## ACTIVITY
Copy verbatim the block of lines in the entries below whose first line contains "v1 (17,0,0)" and whose last line contains "e8 v6 v8 LINE". Leave out all other lines.

··· EXCERPTED RECORDS ···

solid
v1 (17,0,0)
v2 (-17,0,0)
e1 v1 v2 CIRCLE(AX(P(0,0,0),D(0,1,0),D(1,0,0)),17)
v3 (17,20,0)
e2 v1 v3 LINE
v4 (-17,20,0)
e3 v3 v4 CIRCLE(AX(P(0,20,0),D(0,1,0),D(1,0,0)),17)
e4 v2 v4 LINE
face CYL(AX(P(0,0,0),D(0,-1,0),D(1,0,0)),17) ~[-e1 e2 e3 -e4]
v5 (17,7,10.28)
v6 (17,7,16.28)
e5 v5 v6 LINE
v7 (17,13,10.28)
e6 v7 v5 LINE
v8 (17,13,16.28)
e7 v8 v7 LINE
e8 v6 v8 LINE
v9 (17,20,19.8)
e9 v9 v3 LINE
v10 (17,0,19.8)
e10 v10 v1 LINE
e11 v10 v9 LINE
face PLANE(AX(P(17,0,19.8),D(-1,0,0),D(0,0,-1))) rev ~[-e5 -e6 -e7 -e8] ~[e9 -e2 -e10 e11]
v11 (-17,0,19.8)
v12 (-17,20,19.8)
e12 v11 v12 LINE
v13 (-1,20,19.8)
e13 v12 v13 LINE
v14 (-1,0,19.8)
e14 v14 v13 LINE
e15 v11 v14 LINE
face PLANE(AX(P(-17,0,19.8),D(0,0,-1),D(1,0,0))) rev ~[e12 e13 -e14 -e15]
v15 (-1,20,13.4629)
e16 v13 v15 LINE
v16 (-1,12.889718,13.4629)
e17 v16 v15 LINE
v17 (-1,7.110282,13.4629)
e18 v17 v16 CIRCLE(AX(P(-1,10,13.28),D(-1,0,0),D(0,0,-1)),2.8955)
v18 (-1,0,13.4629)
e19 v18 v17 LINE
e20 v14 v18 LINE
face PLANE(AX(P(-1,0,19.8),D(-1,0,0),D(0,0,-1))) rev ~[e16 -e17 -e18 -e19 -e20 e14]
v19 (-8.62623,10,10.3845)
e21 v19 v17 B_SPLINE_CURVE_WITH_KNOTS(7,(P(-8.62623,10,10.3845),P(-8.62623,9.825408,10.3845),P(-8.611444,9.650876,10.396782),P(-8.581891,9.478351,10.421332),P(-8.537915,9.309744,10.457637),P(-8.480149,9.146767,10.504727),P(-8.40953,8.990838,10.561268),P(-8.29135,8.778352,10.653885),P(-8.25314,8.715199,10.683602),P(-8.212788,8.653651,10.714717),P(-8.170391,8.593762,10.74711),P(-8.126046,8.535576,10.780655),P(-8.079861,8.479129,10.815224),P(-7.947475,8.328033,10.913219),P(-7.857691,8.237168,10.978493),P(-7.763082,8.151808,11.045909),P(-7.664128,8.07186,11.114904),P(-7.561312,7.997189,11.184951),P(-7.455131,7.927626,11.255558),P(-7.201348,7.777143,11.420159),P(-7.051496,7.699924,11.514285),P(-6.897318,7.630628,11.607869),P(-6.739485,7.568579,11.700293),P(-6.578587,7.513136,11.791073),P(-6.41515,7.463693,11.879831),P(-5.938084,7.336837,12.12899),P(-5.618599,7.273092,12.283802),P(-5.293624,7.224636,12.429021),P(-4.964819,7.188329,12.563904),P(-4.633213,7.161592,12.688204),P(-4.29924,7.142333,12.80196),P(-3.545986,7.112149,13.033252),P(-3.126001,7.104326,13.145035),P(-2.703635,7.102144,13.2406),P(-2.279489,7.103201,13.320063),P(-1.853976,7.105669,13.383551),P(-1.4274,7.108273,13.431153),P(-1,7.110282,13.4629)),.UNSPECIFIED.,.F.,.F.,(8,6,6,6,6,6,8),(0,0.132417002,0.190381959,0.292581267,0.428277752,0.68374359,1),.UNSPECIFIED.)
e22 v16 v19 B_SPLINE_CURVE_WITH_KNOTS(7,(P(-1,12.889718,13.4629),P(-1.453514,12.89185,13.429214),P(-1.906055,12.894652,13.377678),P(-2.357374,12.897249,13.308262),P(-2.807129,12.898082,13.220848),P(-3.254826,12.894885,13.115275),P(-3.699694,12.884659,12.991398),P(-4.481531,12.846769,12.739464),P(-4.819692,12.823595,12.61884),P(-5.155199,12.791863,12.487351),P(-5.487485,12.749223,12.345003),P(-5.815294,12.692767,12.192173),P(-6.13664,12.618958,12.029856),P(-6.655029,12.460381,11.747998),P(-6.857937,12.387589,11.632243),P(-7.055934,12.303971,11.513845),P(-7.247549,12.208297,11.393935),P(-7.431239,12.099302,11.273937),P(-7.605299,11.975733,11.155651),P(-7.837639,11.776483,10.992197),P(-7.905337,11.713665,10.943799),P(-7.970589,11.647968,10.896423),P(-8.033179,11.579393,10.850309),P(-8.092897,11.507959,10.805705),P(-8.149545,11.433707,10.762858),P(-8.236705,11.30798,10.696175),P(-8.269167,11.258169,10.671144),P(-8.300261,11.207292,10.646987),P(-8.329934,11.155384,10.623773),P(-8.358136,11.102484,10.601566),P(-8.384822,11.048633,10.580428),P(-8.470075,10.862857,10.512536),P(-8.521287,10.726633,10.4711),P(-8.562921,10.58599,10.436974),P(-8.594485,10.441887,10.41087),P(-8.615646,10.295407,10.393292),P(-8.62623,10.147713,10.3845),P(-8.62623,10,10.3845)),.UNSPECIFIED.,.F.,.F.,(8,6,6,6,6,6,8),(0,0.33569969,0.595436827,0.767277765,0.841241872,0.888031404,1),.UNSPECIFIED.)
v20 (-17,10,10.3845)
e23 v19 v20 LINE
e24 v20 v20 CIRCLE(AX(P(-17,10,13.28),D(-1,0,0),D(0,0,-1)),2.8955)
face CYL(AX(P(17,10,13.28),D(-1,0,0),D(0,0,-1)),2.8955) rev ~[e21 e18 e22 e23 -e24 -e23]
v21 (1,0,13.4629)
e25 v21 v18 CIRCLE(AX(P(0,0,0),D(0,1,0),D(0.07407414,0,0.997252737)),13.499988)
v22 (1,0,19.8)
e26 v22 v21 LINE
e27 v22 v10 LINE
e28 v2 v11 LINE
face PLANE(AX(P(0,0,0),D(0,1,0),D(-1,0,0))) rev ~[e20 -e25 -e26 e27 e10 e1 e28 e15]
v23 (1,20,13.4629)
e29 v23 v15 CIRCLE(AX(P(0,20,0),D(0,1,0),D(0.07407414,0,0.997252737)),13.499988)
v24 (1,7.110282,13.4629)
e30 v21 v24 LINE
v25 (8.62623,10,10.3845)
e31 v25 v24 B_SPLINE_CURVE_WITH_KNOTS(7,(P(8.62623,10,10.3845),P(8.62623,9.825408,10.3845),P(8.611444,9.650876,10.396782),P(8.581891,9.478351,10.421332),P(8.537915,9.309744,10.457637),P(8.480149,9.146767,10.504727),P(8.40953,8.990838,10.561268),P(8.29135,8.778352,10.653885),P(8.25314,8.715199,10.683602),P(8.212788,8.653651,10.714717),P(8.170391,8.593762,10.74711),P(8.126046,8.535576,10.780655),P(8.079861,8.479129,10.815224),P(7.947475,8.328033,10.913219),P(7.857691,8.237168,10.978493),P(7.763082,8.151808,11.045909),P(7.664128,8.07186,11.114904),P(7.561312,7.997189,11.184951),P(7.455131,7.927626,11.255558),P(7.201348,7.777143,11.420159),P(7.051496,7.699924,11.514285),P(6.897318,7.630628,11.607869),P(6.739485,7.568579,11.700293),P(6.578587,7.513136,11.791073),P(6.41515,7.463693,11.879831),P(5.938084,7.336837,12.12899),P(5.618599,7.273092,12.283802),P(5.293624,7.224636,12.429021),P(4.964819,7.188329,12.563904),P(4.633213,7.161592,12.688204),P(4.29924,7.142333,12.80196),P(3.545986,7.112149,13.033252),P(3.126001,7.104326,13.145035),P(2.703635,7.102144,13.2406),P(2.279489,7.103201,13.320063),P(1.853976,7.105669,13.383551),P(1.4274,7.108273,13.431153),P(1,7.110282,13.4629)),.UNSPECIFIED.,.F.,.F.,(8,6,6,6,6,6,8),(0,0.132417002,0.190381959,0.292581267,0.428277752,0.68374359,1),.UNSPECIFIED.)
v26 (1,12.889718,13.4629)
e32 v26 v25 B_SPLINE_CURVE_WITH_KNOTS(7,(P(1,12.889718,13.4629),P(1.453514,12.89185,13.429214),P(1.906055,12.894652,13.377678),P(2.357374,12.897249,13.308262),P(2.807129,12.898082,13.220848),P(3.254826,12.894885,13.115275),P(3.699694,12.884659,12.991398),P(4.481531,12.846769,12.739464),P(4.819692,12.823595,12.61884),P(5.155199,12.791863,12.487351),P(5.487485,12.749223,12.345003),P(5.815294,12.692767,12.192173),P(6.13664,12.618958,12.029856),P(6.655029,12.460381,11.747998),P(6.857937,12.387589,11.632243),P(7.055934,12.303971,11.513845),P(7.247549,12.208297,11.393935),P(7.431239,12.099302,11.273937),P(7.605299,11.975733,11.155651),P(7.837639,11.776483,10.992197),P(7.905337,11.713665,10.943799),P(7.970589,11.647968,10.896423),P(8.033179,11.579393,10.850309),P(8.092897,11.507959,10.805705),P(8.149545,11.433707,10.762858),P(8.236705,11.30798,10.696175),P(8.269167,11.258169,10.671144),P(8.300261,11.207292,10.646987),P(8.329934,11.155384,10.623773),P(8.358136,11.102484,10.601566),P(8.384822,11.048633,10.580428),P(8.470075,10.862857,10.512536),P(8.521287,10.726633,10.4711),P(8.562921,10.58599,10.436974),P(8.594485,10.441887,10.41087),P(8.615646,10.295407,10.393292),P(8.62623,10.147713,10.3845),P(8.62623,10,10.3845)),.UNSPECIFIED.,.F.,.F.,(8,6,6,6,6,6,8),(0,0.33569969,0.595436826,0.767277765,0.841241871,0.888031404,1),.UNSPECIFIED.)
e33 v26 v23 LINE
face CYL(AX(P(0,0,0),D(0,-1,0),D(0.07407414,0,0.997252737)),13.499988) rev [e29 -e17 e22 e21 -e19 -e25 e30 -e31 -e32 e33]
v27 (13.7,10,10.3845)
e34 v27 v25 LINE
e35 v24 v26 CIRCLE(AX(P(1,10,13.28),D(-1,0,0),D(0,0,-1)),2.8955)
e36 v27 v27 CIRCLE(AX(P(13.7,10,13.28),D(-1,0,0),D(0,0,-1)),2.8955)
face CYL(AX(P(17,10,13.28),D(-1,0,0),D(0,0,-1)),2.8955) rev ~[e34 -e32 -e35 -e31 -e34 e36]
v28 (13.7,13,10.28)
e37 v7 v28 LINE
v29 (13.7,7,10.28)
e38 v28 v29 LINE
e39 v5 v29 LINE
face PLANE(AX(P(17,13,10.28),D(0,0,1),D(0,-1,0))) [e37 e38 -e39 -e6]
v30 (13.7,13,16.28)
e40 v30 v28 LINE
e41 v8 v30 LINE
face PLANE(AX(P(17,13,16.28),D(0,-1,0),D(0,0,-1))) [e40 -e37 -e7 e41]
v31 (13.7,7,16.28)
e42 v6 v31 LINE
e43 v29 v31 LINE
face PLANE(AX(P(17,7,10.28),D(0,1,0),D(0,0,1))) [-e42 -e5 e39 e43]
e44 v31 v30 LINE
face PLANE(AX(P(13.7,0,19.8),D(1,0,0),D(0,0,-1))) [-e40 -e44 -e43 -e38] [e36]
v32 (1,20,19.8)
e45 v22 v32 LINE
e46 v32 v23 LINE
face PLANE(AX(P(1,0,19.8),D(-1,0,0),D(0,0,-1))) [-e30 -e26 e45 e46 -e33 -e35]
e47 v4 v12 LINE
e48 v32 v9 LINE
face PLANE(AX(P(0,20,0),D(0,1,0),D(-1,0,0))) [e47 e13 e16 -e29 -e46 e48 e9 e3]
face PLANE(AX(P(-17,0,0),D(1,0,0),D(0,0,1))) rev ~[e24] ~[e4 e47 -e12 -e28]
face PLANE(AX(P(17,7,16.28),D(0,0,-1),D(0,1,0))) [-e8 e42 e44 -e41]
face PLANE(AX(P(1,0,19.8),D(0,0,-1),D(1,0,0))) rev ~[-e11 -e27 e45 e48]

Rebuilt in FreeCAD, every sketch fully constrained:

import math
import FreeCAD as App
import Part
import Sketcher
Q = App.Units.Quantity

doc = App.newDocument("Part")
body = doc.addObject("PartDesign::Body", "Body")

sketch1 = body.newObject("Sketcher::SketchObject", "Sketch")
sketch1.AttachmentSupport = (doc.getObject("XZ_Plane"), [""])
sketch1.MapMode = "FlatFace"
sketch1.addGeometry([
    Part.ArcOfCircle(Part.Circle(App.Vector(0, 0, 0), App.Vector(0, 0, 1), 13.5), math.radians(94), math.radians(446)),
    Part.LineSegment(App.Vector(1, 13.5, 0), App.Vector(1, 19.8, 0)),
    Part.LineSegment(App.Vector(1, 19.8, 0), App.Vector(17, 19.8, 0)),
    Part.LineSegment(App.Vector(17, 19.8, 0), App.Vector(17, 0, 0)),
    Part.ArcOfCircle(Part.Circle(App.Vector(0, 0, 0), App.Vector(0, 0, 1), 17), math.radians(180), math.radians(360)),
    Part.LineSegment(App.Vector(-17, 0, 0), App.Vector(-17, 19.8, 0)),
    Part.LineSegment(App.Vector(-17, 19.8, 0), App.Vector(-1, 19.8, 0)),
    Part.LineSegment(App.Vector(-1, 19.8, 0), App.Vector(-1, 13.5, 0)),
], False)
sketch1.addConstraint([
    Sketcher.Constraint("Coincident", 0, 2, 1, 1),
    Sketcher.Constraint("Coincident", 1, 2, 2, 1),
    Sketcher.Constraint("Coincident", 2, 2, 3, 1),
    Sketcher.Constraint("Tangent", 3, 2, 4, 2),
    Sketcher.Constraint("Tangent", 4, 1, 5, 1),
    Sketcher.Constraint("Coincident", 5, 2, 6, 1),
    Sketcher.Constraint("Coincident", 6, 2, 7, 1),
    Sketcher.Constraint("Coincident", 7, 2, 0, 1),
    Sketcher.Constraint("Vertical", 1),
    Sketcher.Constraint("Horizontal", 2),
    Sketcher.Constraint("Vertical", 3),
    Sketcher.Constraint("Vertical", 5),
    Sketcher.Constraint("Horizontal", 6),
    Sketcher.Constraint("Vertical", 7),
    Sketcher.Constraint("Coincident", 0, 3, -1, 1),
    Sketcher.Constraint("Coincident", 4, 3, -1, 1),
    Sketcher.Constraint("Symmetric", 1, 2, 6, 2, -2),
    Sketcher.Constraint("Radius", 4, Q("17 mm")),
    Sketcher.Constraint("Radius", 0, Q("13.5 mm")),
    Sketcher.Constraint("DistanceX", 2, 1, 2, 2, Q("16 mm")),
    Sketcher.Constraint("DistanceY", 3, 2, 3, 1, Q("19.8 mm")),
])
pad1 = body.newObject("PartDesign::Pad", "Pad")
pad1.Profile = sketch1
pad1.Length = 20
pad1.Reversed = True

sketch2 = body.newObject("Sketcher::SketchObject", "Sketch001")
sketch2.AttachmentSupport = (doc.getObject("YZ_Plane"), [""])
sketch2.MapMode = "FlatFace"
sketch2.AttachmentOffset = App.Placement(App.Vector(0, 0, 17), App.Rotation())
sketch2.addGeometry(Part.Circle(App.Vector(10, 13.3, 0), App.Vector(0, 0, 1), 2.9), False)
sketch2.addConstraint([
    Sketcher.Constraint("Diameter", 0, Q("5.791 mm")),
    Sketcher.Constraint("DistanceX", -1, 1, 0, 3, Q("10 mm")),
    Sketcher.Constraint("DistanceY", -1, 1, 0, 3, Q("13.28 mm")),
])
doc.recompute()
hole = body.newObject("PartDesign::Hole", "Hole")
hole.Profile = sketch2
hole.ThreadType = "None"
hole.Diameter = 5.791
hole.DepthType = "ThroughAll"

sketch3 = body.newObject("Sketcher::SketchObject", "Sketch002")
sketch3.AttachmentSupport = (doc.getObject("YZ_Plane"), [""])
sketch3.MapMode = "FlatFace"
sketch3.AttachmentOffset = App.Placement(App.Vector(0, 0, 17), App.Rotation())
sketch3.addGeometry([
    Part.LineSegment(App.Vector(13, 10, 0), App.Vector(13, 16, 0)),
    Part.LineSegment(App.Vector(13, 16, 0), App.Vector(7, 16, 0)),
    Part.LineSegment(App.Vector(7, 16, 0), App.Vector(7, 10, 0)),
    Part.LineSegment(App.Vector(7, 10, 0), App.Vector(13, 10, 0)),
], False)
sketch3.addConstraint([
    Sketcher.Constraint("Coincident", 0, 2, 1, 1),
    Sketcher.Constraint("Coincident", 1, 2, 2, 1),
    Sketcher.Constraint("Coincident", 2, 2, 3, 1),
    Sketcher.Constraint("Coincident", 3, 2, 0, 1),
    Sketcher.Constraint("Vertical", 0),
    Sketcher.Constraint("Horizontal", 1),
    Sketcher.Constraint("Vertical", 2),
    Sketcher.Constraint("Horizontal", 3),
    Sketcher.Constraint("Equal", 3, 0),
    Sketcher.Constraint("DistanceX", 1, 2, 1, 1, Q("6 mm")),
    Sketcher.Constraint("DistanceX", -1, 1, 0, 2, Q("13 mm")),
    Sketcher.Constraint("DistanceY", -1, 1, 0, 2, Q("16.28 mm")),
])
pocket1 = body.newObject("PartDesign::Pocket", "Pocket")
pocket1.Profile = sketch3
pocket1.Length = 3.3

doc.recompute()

···
··· EXCERPTED RECORDS ···

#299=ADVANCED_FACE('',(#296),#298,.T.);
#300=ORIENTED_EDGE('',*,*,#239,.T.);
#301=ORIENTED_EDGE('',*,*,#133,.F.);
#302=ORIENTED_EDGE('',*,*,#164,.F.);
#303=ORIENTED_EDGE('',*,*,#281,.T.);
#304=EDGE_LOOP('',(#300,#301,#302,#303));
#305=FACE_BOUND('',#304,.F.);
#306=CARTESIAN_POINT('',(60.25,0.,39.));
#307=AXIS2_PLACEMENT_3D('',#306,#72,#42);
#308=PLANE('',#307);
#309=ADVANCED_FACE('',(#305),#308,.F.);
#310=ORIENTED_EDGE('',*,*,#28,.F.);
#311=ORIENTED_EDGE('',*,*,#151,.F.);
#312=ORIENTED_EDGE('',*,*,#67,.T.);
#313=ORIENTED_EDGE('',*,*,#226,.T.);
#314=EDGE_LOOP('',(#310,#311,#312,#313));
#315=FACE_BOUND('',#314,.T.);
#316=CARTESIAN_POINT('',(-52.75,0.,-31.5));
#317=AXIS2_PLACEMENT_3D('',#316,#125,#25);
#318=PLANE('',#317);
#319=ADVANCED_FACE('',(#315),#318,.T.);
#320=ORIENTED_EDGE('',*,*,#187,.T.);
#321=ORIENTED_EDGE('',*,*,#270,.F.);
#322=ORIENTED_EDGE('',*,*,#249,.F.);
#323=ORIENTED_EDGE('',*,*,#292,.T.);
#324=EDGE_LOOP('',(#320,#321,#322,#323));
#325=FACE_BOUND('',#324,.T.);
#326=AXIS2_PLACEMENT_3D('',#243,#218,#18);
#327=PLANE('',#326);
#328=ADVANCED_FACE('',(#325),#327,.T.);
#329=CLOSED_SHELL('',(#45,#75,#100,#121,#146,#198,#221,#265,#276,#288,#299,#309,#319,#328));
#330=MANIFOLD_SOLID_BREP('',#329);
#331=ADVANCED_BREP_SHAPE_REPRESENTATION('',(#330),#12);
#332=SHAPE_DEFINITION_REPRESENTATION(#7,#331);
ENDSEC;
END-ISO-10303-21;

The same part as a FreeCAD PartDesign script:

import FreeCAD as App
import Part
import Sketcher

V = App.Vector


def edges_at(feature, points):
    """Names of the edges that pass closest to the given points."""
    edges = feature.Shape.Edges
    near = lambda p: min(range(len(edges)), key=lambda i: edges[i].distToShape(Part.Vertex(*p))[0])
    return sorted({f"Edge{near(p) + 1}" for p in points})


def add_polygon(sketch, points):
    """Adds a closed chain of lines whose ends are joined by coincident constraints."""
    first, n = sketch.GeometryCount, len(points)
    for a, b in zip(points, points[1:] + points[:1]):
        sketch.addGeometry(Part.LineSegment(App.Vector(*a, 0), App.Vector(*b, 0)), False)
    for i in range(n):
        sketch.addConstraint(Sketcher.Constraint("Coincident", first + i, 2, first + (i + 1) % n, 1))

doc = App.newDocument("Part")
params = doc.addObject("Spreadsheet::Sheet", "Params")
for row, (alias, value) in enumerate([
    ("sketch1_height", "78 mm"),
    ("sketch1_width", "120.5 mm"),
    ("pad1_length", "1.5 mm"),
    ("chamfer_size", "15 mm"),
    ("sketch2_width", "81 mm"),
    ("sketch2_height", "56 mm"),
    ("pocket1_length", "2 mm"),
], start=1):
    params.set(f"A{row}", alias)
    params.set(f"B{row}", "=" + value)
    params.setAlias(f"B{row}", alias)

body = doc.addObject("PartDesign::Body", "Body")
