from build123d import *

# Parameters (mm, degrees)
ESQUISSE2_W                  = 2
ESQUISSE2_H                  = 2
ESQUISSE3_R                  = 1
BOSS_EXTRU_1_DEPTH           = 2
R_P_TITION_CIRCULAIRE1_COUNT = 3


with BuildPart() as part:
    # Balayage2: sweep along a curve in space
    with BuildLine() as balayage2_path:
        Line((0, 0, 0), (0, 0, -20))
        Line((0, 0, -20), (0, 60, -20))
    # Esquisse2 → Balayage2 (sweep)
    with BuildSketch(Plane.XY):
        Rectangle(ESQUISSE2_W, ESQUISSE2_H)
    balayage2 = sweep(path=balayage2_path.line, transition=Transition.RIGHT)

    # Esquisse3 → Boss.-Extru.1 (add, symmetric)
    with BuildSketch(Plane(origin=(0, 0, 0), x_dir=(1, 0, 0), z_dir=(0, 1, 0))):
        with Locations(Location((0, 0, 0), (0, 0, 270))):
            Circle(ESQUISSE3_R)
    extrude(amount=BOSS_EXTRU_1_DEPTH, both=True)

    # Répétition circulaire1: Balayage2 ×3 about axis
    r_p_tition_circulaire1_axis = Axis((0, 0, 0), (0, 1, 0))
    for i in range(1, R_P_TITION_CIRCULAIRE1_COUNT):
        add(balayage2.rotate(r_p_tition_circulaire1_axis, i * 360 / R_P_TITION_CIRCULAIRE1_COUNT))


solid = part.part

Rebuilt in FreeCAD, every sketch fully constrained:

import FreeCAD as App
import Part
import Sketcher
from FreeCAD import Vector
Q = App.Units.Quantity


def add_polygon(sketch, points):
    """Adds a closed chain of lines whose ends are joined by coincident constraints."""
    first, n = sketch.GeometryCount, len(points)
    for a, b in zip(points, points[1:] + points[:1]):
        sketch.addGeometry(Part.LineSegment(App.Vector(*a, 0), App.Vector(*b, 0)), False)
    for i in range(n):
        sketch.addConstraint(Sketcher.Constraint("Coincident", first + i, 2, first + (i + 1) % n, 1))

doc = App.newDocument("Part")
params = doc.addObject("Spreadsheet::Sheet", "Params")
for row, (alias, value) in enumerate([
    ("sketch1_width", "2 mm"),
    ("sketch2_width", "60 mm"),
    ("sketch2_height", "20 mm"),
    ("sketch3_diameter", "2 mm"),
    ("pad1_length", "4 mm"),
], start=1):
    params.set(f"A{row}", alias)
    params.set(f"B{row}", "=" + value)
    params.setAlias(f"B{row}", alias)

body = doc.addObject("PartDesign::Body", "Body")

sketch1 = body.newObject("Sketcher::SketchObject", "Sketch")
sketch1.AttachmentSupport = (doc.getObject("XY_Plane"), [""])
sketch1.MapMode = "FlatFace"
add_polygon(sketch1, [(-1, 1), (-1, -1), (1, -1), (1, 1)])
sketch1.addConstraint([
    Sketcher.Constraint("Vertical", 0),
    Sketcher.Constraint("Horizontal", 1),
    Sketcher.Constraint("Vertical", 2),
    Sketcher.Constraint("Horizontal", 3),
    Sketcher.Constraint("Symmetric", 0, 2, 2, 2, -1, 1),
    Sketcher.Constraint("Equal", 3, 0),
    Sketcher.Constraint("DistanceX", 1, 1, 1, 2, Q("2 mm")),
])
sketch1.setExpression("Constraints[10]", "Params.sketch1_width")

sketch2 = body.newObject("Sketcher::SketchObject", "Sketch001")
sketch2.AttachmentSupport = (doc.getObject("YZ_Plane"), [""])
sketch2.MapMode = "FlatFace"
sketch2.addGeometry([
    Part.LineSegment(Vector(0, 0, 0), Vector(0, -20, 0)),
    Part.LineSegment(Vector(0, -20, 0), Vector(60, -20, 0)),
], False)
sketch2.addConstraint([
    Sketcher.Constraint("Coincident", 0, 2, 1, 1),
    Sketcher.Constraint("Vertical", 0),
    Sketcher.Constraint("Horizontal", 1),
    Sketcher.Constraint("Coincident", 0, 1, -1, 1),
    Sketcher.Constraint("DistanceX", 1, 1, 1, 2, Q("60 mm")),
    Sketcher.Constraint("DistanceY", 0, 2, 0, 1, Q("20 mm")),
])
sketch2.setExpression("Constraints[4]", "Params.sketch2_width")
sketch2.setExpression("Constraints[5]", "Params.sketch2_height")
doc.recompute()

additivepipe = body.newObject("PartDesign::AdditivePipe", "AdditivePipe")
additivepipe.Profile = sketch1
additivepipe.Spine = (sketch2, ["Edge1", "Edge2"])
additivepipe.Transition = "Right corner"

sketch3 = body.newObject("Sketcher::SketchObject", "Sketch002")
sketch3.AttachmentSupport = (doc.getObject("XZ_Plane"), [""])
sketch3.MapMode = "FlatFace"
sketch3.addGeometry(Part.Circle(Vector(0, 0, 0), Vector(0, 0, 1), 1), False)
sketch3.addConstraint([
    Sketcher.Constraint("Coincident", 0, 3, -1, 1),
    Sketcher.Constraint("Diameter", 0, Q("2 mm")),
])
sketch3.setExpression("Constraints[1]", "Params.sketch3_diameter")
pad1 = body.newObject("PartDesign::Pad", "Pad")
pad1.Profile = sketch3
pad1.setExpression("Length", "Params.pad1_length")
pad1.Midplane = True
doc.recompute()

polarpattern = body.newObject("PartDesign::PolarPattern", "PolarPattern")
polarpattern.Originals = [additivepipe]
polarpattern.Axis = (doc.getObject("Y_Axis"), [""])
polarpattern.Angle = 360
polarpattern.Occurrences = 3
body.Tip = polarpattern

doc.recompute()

···

## EXERCISE RESULT
v1 (17,0,0)
v2 (-17,0,0)
e1 v1 v2 CIRCLE(AX(P(0,0,0),D(0,1,0),D(1,0,0)),17)
v3 (17,20,0)
e2 v1 v3 LINE
v4 (-17,20,0)
e3 v3 v4 CIRCLE(AX(P(0,20,0),D(0,1,0),D(1,0,0)),17)
e4 v2 v4 LINE
face CYL(AX(P(0,0,0),D(0,-1,0),D(1,0,0)),17) ~[-e1 e2 e3 -e4]
v5 (17,7,10.28)
v6 (17,7,16.28)
e5 v5 v6 LINE
v7 (17,13,10.28)
e6 v7 v5 LINE
v8 (17,13,16.28)
e7 v8 v7 LINE
e8 v6 v8 LINE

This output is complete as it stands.